▸ ASSIGNED TASK: Among the lines of data below, reproduce only those from the one with "f 47 45 217" through the one with "f 194 195 177", exactly as they stand, both ends included.

▸ EXTRACTED INFORMATION:
^^^^^^^^^^^^^^^^

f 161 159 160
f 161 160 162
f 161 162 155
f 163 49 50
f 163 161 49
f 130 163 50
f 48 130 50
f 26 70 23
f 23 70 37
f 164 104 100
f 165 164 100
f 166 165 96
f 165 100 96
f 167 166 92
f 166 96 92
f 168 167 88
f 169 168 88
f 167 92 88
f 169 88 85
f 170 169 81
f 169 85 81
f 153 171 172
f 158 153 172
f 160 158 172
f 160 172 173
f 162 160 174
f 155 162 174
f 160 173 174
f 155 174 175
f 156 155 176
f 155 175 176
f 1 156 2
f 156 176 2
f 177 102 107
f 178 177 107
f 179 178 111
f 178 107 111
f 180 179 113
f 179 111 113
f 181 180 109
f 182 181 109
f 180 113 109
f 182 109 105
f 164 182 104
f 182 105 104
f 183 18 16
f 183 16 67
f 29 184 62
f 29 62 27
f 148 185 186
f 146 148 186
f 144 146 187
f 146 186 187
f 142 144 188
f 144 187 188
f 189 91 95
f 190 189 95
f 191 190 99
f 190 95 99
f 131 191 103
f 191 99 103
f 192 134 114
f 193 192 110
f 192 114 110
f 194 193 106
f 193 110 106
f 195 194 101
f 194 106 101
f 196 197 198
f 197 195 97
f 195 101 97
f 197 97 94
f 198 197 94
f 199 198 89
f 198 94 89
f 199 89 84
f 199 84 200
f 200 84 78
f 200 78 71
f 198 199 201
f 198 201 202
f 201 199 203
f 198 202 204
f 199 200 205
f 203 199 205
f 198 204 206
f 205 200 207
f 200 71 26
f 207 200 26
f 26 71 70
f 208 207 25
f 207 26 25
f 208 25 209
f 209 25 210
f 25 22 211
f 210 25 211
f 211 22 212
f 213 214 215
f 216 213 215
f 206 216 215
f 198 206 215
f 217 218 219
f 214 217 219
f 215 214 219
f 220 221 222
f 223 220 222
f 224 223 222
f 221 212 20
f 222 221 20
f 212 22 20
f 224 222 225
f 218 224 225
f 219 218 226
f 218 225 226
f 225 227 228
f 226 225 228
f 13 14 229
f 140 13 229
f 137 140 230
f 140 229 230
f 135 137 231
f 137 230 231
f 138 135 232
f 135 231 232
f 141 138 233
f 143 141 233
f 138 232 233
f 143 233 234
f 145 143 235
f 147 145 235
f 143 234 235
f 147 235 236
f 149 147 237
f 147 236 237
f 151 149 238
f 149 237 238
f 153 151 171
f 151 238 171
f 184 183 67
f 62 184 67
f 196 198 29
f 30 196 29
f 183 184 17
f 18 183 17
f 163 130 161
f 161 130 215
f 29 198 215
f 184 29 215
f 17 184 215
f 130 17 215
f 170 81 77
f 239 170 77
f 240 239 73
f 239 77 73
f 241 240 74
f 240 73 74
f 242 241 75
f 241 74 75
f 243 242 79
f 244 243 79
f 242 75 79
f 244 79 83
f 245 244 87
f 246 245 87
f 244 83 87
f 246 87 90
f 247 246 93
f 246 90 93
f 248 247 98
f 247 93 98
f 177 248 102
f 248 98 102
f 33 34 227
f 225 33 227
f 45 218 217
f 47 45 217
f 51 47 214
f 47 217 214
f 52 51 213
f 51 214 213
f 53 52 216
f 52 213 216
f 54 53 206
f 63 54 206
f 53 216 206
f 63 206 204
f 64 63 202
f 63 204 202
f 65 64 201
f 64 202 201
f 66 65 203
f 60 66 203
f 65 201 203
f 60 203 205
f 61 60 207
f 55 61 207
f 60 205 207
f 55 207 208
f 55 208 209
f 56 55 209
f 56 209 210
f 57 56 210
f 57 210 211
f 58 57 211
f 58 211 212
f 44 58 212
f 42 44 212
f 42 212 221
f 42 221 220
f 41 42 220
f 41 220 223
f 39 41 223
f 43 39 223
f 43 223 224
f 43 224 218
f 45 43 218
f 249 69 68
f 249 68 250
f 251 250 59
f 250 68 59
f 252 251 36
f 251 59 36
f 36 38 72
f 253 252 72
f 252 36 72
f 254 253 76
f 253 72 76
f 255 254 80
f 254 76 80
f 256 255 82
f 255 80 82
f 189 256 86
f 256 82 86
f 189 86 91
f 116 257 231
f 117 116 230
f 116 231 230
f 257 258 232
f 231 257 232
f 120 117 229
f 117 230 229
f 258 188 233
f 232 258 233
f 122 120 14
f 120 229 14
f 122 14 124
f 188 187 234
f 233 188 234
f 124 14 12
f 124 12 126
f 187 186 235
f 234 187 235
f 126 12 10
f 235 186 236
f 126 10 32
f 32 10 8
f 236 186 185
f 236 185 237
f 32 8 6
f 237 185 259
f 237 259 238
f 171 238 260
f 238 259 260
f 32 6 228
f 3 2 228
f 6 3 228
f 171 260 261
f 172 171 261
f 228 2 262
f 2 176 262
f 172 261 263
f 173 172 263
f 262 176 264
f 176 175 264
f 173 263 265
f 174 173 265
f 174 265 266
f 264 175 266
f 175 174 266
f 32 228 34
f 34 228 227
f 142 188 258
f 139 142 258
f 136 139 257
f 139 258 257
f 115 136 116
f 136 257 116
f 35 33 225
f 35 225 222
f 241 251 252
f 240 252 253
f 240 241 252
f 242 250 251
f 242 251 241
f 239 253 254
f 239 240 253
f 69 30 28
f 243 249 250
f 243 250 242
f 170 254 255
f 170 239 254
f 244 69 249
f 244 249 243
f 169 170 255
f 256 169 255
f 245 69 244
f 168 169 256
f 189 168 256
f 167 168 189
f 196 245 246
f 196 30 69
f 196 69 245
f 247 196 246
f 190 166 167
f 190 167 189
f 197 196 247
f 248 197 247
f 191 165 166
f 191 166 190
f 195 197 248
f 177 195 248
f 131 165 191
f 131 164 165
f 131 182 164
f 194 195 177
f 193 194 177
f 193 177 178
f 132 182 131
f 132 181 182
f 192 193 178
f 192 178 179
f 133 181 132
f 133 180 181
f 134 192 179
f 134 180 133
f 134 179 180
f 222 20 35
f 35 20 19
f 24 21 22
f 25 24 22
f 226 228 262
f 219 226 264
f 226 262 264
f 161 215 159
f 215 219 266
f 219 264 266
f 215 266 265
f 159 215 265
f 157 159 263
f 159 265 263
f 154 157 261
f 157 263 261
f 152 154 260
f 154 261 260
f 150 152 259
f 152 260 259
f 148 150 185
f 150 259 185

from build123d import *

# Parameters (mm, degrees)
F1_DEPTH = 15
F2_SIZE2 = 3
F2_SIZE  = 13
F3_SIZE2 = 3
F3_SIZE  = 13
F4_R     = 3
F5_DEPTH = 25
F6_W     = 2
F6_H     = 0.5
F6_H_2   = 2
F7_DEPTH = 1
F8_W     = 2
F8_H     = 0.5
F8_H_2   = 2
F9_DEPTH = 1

^^^^^^^^^^^^^^^^

▸ SOLUTION TO THE EXERCISE:
f 47 45 217
f 51 47 214
f 47 217 214
f 52 51 213
f 51 214 213
f 53 52 216
f 52 213 216
f 54 53 206
f 63 54 206
f 53 216 206
f 63 206 204
f 64 63 202
f 63 204 202
f 65 64 201
f 64 202 201
f 66 65 203
f 60 66 203
f 65 201 203
f 60 203 205
f 61 60 207
f 55 61 207
f 60 205 207
f 55 207 208
f 55 208 209
f 56 55 209
f 56 209 210
f 57 56 210
f 57 210 211
f 58 57 211
f 58 211 212
f 44 58 212
f 42 44 212
f 42 212 221
f 42 221 220
f 41 42 220
f 41 220 223
f 39 41 223
f 43 39 223
f 43 223 224
f 43 224 218
f 45 43 218
f 249 69 68
f 249 68 250
f 251 250 59
f 250 68 59
f 252 251 36
f 251 59 36
f 36 38 72
f 253 252 72
f 252 36 72
f 254 253 76
f 253 72 76
f 255 254 80
f 254 76 80
f 256 255 82
f 255 80 82
f 189 256 86
f 256 82 86
f 189 86 91
f 116 257 231
f 117 116 230
f 116 231 230
f 257 258 232
f 231 257 232
f 120 117 229
f 117 230 229
f 258 188 233
f 232 258 233
f 122 120 14
f 120 229 14
f 122 14 124
f 188 187 234
f 233 188 234
f 124 14 12
f 124 12 126
f 187 186 235
f 234 187 235
f 126 12 10
f 235 186 236
f 126 10 32
f 32 10 8
f 236 186 185
f 236 185 237
f 32 8 6
f 237 185 259
f 237 259 238
f 171 238 260
f 238 259 260
f 32 6 228
f 3 2 228
f 6 3 228
f 171 260 261
f 172 171 261
f 228 2 262
f 2 176 262
f 172 261 263
f 173 172 263
f 262 176 264
f 176 175 264
f 173 263 265
f 174 173 265
f 174 265 266
f 264 175 266
f 175 174 266
f 32 228 34
f 34 228 227
f 142 188 258
f 139 142 258
f 136 139 257
f 139 258 257
f 115 136 116
f 136 257 116
f 35 33 225
f 35 225 222
f 241 251 252
f 240 252 253
f 240 241 252
f 242 250 251
f 242 251 241
f 239 253 254
f 239 240 253
f 69 30 28
f 243 249 250
f 243 250 242
f 170 254 255
f 170 239 254
f 244 69 249
f 244 249 243
f 169 170 255
f 256 169 255
f 245 69 244
f 168 169 256
f 189 168 256
f 167 168 189
f 196 245 246
f 196 30 69
f 196 69 245
f 247 196 246
f 190 166 167
f 190 167 189
f 197 196 247
f 248 197 247
f 191 165 166
f 191 166 190
f 195 197 248
f 177 195 248
f 131 165 191
f 131 164 165
f 131 182 164
f 194 195 177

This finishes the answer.